JoEllen Collins—a longtime resident of the Wood River Valley—is a teacher, writer, fabric artist, choir member and unabashedly proud grandma known as “Bibi Jo.”

A framed quotation near my bathroom vanity has struck home with renewed force this week. The words by T.H. Watkins, a respected historian and environmentalist, appear on one of dozens of Christmas greetings printed and sent by a cousin every year of my adult life. I have kept them all.

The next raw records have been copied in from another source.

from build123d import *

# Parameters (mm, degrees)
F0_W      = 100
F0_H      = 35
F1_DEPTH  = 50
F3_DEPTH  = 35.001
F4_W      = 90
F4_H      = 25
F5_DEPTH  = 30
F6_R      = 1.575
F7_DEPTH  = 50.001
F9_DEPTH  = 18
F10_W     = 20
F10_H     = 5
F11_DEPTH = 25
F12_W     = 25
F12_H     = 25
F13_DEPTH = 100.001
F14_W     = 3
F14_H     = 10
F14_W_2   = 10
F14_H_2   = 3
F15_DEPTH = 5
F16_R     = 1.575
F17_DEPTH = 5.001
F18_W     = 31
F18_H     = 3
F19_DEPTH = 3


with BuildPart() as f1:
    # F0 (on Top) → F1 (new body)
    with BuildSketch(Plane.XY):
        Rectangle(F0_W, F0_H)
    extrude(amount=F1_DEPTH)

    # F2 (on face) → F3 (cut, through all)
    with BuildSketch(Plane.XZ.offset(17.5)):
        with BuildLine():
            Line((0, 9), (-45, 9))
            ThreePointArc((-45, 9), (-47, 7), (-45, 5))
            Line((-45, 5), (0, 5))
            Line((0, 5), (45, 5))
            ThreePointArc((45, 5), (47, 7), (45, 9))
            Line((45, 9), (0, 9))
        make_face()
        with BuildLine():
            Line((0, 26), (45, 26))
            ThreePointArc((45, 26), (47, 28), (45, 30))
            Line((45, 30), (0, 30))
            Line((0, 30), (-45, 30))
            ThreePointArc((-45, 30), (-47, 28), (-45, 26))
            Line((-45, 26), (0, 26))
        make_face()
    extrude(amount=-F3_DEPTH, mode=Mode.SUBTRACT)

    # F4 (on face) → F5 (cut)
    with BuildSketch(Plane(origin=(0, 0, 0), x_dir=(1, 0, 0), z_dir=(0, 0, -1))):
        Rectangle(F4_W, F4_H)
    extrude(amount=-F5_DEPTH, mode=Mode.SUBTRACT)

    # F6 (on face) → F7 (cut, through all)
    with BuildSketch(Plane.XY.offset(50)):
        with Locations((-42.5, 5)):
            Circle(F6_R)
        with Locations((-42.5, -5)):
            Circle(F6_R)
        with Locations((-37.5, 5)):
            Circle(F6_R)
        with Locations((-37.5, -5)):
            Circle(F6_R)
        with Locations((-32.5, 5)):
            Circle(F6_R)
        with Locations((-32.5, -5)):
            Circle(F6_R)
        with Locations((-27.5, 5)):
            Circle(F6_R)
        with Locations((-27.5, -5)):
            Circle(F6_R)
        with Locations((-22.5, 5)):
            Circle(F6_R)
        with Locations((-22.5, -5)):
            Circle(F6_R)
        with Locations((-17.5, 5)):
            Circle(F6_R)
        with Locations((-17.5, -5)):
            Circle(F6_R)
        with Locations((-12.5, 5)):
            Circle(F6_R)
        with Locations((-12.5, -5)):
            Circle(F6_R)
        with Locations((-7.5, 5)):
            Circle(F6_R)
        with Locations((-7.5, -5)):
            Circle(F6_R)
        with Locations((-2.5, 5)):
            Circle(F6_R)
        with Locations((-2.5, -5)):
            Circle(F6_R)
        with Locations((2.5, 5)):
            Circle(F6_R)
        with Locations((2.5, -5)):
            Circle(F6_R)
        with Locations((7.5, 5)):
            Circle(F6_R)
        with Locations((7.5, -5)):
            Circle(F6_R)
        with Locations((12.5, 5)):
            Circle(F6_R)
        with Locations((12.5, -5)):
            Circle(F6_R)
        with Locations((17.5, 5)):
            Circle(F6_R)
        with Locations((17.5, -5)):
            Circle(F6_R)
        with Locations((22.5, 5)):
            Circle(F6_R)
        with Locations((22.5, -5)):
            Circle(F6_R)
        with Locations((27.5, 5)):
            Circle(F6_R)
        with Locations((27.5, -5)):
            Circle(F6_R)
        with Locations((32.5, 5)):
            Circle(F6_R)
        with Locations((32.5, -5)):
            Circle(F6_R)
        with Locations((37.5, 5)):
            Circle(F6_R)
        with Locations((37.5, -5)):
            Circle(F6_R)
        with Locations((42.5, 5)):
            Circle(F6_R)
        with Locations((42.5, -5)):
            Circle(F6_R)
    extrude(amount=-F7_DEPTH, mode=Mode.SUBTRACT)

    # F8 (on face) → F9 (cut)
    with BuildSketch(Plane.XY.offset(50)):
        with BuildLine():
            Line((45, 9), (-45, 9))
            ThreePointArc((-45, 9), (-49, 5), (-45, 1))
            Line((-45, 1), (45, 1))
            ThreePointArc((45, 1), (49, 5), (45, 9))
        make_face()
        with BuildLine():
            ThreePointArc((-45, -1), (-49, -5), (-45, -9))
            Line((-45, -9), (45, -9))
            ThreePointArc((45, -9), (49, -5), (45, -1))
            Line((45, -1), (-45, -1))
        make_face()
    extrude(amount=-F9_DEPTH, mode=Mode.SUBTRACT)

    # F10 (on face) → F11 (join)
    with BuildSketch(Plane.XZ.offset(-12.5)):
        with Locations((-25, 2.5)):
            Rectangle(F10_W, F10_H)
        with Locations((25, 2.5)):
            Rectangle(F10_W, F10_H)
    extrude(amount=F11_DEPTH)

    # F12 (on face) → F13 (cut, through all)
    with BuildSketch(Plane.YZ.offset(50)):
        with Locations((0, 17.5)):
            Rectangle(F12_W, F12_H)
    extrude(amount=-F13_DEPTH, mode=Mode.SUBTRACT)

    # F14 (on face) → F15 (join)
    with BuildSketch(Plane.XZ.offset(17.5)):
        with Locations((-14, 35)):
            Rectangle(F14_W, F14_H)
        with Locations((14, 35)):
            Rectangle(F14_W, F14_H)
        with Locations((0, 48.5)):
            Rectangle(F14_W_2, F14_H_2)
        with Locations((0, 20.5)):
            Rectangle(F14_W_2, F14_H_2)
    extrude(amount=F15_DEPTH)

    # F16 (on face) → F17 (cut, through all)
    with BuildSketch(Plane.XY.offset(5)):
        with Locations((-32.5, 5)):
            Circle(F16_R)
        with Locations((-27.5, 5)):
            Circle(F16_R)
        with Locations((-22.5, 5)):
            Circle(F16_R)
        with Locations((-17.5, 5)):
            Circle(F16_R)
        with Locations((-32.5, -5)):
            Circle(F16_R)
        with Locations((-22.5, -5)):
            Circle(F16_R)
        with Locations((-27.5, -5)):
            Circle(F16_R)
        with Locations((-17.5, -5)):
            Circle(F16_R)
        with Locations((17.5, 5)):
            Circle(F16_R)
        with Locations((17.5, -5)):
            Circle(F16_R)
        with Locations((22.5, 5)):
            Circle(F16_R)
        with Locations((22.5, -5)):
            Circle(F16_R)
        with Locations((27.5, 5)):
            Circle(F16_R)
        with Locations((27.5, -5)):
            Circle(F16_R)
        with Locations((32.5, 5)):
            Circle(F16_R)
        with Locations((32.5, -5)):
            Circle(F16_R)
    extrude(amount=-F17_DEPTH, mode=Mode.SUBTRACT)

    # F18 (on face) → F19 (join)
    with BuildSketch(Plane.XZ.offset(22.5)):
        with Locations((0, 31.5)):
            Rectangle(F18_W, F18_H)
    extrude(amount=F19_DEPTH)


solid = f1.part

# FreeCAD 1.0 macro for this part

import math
import FreeCAD as App
import Part
import Sketcher
from FreeCAD import Vector
Q = App.Units.Quantity

doc = App.newDocument("Part")
body = doc.addObject("PartDesign::Body", "Body")

# Sketch on XY plane
sketch1 = doc.addObject("Sketcher::SketchObject", "Sketch")
body.addObject(sketch1)
sketch1.AttachmentSupport = (doc.XY_Plane, [""])
sketch1.MapMode = "FlatFace"
sketch1.addGeometry([
    Part.LineSegment(Vector(-50, 18, 0), Vector(-50, -18, 0)),
    Part.LineSegment(Vector(-50, -18, 0), Vector(50, -18, 0)),
    Part.LineSegment(Vector(50, -18, 0), Vector(50, 18, 0)),
    Part.LineSegment(Vector(50, 18, 0), Vector(-50, 18, 0)),
], False)
sketch1.addConstraint([
    Sketcher.Constraint("Coincident", 0, 2, 1, 1),
    Sketcher.Constraint("Coincident", 1, 2, 2, 1),
    Sketcher.Constraint("Coincident", 2, 2, 3, 1),
    Sketcher.Constraint("Coincident", 3, 2, 0, 1),
    Sketcher.Constraint("Vertical", 0),
    Sketcher.Constraint("Horizontal", 1),
    Sketcher.Constraint("Vertical", 2),
    Sketcher.Constraint("Horizontal", 3),
    Sketcher.Constraint("Symmetric", 0, 2, 2, 2, -1, 1),
    Sketcher.Constraint("DistanceX", 1, 1, 1, 2, Q("100 mm")),
    Sketcher.Constraint("DistanceY", 0, 2, 0, 1, Q("35 mm")),
])
pad1 = doc.addObject("PartDesign::Pad", "Pad")
body.addObject(pad1)
pad1.Profile = sketch1
pad1.Length = 50

# Sketch on XZ plane
sketch2 = doc.addObject("Sketcher::SketchObject", "Sketch001")
body.addObject(sketch2)
sketch2.AttachmentSupport = (doc.XZ_Plane, [""])
sketch2.MapMode = "FlatFace"
sketch2.AttachmentOffset = App.Placement(Vector(0, 0, 17.5), App.Rotation())
sketch2.addGeometry([
    Part.ArcOfCircle(Part.Circle(Vector(-45, 7, 0), Vector(0, 0, 1), 2), math.radians(90), math.radians(270)),  # 0
    Part.LineSegment(Vector(-45, 5, 0), Vector(45, 5, 0)),  # 1
    Part.ArcOfCircle(Part.Circle(Vector(45, 7, 0), Vector(0, 0, 1), 2), math.radians(-90), math.radians(90)),  # 2
    Part.LineSegment(Vector(45, 9, 0), Vector(-45, 9, 0)),  # 3
    Part.ArcOfCircle(Part.Circle(Vector(45, 28, 0), Vector(0, 0, 1), 2), math.radians(-90), math.radians(90)),  # 4
    Part.LineSegment(Vector(45, 30, 0), Vector(-45, 30, 0)),  # 5
    Part.ArcOfCircle(Part.Circle(Vector(-45, 28, 0), Vector(0, 0, 1), 2), math.radians(90), math.radians(270)),  # 6
    Part.LineSegment(Vector(-45, 26, 0), Vector(45, 26, 0)),  # 7
], False)
sketch2.addConstraint([
    Sketcher.Constraint("Tangent", 0, 2, 1, 1),
    Sketcher.Constraint("Tangent", 1, 2, 2, 1),
    Sketcher.Constraint("Tangent", 2, 2, 3, 1),
    Sketcher.Constraint("Tangent", 3, 2, 0, 1),
    Sketcher.Constraint("Tangent", 4, 2, 5, 1),
    Sketcher.Constraint("Tangent", 5, 2, 6, 1),
    Sketcher.Constraint("Tangent", 6, 2, 7, 1),
    Sketcher.Constraint("Tangent", 7, 2, 4, 1),
    Sketcher.Constraint("Horizontal", 1),
    Sketcher.Constraint("Horizontal", 3),
    Sketcher.Constraint("Horizontal", 5),
    Sketcher.Constraint("Horizontal", 7),
    Sketcher.Constraint("Equal", 2, 4),
    Sketcher.Constraint("Vertical", 2, 3, 4, 3),
    Sketcher.Constraint("Vertical", 0, 3, 6, 3),
    Sketcher.Constraint("Radius", 0, Q("2 mm")),
    Sketcher.Constraint("DistanceX", 1, 1, 1, 2, Q("90 mm")),
    Sketcher.Constraint("DistanceX", 0, 3, -1, 1, Q("45 mm")),
    Sketcher.Constraint("DistanceY", -1, 1, 0, 3, Q("7 mm")),
    Sketcher.Constraint("DistanceY", -1, 1, 4, 3, Q("28 mm")),
])
pocket1 = doc.addObject("PartDesign::Pocket", "Pocket")
body.addObject(pocket1)
pocket1.Profile = sketch2
pocket1.Type = "ThroughAll"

The inscription reads: “In wild country, where it is possible to encounter and truly experience other kinds of intelligence, we can learn with a clarity unobtainable elsewhere that we are not alone on this cooling cinder. This world and its creatures were not presented to us; we were joined to them in the exquisite saraband of life. It was never meant to be a conquest, and it is more deeply complex than a responsibility. It is a sharing.”

Today, I had a haunting experience at the National Cowboy Museum in Oklahoma City, where I am experiencing my own life dance with my expanded, “new” family and realizing how fortunate I am to have this fresh chance at positive human connections just when I have recently experienced too many losses.

On a far wall in a room depicting the paintings of and history about the buffalo hangs a huge old photograph of hundreds of buffalo skulls with a man posing atop the pyramid of death. It was gruesome, of course, but it also symbolized the often-mindless power of our country’s and humankind’s past and present sad history. Even though I am almost inured to the constant barrage of media depictions of violent events to the innocent, both human and animal, it was upsetting.

I like Watkins’ use of the word “sharing” in this context, a word I recall often using, as one who worked with students of all ages, suggesting that one of them “share” a certain analysis, or a sample of personal writing. It is also one of our hardest early lessons when we are told to share a toy with another toddler. Sharing involves opening up oneself to others, perhaps giving up a thing or idea or skill by not entirely owning that entity, learning to move in concert with others. I had not applied this concept to our interactions with earth’s non-human creatures, but now realize the implications. In short, as Watkins says, “It is more deeply complex than a responsibility.”

Thus, Watkins asks of us a more difficult challenge. We need to respect and include other creatures into the dance of our lives, remembering that we are irrevocably joined to them. Good participants in the lovely and formal 17th and 18th century “saraband” understood its patterns, rules and restrictions, and gloried in the dance. The earth’s non-human creatures also instinctively acknowledge the boundaries and conventions of their existence, moving gracefully within those parameters.

Joyous movement should be a gift for every species, a life touched by the beauty of fulfilled existence. Life IS a dance, hopefully not recalled through celebrations showing off slaughtered baby elephants or a mass of skulls to an audience who may not even understand our exquisite saraband.